Saved entries:
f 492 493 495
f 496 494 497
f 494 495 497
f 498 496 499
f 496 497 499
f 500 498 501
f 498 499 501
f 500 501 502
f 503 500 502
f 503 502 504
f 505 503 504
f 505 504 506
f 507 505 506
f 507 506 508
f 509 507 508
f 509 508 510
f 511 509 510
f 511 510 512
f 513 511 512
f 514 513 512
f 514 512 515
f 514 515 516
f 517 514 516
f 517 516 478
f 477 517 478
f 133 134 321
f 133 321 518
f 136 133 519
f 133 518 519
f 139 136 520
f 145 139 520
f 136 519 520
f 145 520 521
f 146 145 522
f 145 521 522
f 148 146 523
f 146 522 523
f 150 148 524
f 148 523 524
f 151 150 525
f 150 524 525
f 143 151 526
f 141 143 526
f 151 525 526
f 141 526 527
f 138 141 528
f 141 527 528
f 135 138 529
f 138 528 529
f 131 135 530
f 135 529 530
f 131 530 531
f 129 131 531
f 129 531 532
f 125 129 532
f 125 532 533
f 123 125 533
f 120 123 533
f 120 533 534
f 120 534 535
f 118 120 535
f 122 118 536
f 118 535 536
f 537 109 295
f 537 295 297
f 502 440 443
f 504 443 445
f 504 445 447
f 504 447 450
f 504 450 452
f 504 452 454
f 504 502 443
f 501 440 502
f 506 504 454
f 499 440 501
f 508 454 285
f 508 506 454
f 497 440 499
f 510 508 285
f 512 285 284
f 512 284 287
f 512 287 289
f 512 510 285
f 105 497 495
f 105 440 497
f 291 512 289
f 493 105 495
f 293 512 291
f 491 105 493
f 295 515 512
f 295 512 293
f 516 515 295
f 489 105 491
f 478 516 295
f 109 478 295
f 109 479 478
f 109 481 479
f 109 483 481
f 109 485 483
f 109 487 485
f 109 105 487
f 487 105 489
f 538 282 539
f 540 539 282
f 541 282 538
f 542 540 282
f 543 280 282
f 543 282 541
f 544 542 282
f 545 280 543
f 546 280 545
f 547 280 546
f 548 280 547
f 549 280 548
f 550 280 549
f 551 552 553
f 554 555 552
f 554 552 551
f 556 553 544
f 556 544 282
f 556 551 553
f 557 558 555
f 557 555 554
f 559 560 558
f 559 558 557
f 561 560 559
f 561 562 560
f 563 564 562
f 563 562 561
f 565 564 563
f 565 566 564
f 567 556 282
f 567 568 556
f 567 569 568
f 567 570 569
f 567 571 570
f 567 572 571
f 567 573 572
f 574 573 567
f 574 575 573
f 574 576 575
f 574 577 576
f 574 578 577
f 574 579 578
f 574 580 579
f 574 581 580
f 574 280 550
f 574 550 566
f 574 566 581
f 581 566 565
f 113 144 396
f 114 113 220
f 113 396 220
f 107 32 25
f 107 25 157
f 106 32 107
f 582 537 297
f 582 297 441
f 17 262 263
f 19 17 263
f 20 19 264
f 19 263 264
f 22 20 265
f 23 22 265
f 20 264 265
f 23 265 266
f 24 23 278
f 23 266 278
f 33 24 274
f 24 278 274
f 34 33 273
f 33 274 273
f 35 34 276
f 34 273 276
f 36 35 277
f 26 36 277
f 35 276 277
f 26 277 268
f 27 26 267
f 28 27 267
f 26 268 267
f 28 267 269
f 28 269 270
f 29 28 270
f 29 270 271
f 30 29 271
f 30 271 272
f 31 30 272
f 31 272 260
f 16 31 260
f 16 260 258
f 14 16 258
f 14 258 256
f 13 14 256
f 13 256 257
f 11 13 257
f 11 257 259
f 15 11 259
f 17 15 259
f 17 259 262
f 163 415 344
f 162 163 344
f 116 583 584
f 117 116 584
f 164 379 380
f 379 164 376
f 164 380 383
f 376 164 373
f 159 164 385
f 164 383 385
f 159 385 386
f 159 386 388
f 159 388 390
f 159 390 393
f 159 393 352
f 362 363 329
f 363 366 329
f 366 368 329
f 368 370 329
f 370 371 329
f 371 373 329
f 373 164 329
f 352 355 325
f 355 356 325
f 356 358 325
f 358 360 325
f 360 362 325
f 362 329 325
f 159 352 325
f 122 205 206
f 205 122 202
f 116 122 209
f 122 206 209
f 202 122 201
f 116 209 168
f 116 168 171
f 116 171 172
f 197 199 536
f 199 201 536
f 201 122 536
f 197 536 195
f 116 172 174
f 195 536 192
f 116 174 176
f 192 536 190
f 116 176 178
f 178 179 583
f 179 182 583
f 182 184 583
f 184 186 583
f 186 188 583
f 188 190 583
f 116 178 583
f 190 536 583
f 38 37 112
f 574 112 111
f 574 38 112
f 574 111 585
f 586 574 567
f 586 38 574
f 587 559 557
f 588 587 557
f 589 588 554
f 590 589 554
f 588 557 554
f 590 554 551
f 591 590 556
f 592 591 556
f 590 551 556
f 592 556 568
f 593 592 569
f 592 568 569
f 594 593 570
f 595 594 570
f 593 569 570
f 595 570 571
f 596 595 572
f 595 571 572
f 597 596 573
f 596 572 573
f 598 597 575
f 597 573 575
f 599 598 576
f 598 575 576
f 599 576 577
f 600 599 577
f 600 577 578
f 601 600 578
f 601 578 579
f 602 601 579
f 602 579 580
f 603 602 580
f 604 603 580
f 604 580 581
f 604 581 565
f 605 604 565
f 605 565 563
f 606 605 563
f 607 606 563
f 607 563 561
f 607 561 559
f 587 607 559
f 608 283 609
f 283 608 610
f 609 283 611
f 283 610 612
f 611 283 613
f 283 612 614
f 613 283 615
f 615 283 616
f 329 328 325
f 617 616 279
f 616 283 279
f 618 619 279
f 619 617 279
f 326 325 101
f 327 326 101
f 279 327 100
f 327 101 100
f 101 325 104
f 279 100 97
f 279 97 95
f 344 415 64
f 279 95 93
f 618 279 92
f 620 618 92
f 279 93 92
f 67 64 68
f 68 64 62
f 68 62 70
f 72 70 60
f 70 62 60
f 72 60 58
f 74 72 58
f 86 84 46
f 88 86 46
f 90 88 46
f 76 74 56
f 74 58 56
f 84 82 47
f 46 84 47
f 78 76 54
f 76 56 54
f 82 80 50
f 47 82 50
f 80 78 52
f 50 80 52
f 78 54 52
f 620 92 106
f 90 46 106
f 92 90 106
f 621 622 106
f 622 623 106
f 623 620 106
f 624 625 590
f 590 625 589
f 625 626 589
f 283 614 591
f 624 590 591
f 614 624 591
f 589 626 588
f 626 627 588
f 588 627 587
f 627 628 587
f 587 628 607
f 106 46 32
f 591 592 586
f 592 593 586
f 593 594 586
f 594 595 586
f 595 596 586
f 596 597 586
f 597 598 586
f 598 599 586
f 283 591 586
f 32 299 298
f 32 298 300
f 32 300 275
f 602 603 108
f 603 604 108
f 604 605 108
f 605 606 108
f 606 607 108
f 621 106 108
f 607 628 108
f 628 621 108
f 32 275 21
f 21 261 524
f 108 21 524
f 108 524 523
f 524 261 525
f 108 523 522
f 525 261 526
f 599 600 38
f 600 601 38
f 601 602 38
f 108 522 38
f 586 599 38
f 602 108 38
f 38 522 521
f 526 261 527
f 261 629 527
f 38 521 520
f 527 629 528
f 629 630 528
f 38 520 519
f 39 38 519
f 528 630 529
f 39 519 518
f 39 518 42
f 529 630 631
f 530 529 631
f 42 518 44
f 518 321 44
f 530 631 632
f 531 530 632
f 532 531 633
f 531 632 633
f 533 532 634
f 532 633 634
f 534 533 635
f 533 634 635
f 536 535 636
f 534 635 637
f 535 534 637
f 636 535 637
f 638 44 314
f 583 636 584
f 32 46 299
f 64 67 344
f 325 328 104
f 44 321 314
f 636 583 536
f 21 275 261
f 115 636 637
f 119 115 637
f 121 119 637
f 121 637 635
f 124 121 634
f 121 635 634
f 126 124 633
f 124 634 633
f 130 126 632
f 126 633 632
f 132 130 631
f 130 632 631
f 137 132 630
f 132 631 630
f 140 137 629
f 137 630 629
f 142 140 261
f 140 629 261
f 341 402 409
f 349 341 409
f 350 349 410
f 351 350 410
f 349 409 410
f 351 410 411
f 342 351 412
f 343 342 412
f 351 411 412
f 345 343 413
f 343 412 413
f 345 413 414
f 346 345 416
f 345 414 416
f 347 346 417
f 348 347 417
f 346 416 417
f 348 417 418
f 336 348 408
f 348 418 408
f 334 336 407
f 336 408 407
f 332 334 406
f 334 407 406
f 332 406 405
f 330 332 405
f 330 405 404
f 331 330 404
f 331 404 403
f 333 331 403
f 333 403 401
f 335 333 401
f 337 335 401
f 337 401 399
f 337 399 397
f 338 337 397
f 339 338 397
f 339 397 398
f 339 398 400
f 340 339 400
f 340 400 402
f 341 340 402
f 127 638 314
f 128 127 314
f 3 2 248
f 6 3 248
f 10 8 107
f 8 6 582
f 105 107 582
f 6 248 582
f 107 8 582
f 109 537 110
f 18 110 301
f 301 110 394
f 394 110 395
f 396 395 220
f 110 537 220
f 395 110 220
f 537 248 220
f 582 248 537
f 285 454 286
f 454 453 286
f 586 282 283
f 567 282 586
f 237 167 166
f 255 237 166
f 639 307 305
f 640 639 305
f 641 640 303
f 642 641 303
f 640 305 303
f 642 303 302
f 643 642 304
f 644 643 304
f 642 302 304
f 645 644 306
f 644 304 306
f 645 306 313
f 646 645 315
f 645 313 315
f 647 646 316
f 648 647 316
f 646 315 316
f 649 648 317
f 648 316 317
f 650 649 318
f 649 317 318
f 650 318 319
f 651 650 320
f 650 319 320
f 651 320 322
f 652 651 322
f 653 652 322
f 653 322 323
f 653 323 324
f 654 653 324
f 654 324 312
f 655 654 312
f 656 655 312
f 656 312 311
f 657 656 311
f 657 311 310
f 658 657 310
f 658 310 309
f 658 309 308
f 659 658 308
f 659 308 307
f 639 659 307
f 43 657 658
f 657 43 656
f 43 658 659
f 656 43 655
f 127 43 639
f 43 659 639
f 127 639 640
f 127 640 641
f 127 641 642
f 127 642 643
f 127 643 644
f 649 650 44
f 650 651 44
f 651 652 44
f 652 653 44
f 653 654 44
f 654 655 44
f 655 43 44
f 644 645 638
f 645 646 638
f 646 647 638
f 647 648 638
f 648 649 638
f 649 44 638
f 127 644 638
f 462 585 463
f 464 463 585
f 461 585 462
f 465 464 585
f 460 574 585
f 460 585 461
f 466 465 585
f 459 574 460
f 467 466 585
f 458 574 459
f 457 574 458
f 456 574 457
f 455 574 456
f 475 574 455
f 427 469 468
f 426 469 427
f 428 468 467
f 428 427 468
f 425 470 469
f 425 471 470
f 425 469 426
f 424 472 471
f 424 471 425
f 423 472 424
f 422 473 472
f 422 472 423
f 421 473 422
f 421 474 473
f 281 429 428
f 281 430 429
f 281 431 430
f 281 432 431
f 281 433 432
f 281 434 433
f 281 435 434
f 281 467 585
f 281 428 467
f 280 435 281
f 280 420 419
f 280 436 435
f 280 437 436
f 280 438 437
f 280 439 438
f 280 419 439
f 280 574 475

What the task requires: From the data above, return every line from the line that has "f 628 621 108" up to and including the line that has "f 641 640 303", exactly.

Task response:
f 628 621 108
f 32 275 21
f 21 261 524
f 108 21 524
f 108 524 523
f 524 261 525
f 108 523 522
f 525 261 526
f 599 600 38
f 600 601 38
f 601 602 38
f 108 522 38
f 586 599 38
f 602 108 38
f 38 522 521
f 526 261 527
f 261 629 527
f 38 521 520
f 527 629 528
f 629 630 528
f 38 520 519
f 39 38 519
f 528 630 529
f 39 519 518
f 39 518 42
f 529 630 631
f 530 529 631
f 42 518 44
f 518 321 44
f 530 631 632
f 531 530 632
f 532 531 633
f 531 632 633
f 533 532 634
f 532 633 634
f 534 533 635
f 533 634 635
f 536 535 636
f 534 635 637
f 535 534 637
f 636 535 637
f 638 44 314
f 583 636 584
f 32 46 299
f 64 67 344
f 325 328 104
f 44 321 314
f 636 583 536
f 21 275 261
f 115 636 637
f 119 115 637
f 121 119 637
f 121 637 635
f 124 121 634
f 121 635 634
f 126 124 633
f 124 634 633
f 130 126 632
f 126 633 632
f 132 130 631
f 130 632 631
f 137 132 630
f 132 631 630
f 140 137 629
f 137 630 629
f 142 140 261
f 140 629 261
f 341 402 409
f 349 341 409
f 350 349 410
f 351 350 410
f 349 409 410
f 351 410 411
f 342 351 412
f 343 342 412
f 351 411 412
f 345 343 413
f 343 412 413
f 345 413 414
f 346 345 416
f 345 414 416
f 347 346 417
f 348 347 417
f 346 416 417
f 348 417 418
f 336 348 408
f 348 418 408
f 334 336 407
f 336 408 407
f 332 334 406
f 334 407 406
f 332 406 405
f 330 332 405
f 330 405 404
f 331 330 404
f 331 404 403
f 333 331 403
f 333 403 401
f 335 333 401
f 337 335 401
f 337 401 399
f 337 399 397
f 338 337 397
f 339 338 397
f 339 397 398
f 339 398 400
f 340 339 400
f 340 400 402
f 341 340 402
f 127 638 314
f 128 127 314
f 3 2 248
f 6 3 248
f 10 8 107
f 8 6 582
f 105 107 582
f 6 248 582
f 107 8 582
f 109 537 110
f 18 110 301
f 301 110 394
f 394 110 395
f 396 395 220
f 110 537 220
f 395 110 220
f 537 248 220
f 582 248 537
f 285 454 286
f 454 453 286
f 586 282 283
f 567 282 586
f 237 167 166
f 255 237 166
f 639 307 305
f 640 639 305
f 641 640 303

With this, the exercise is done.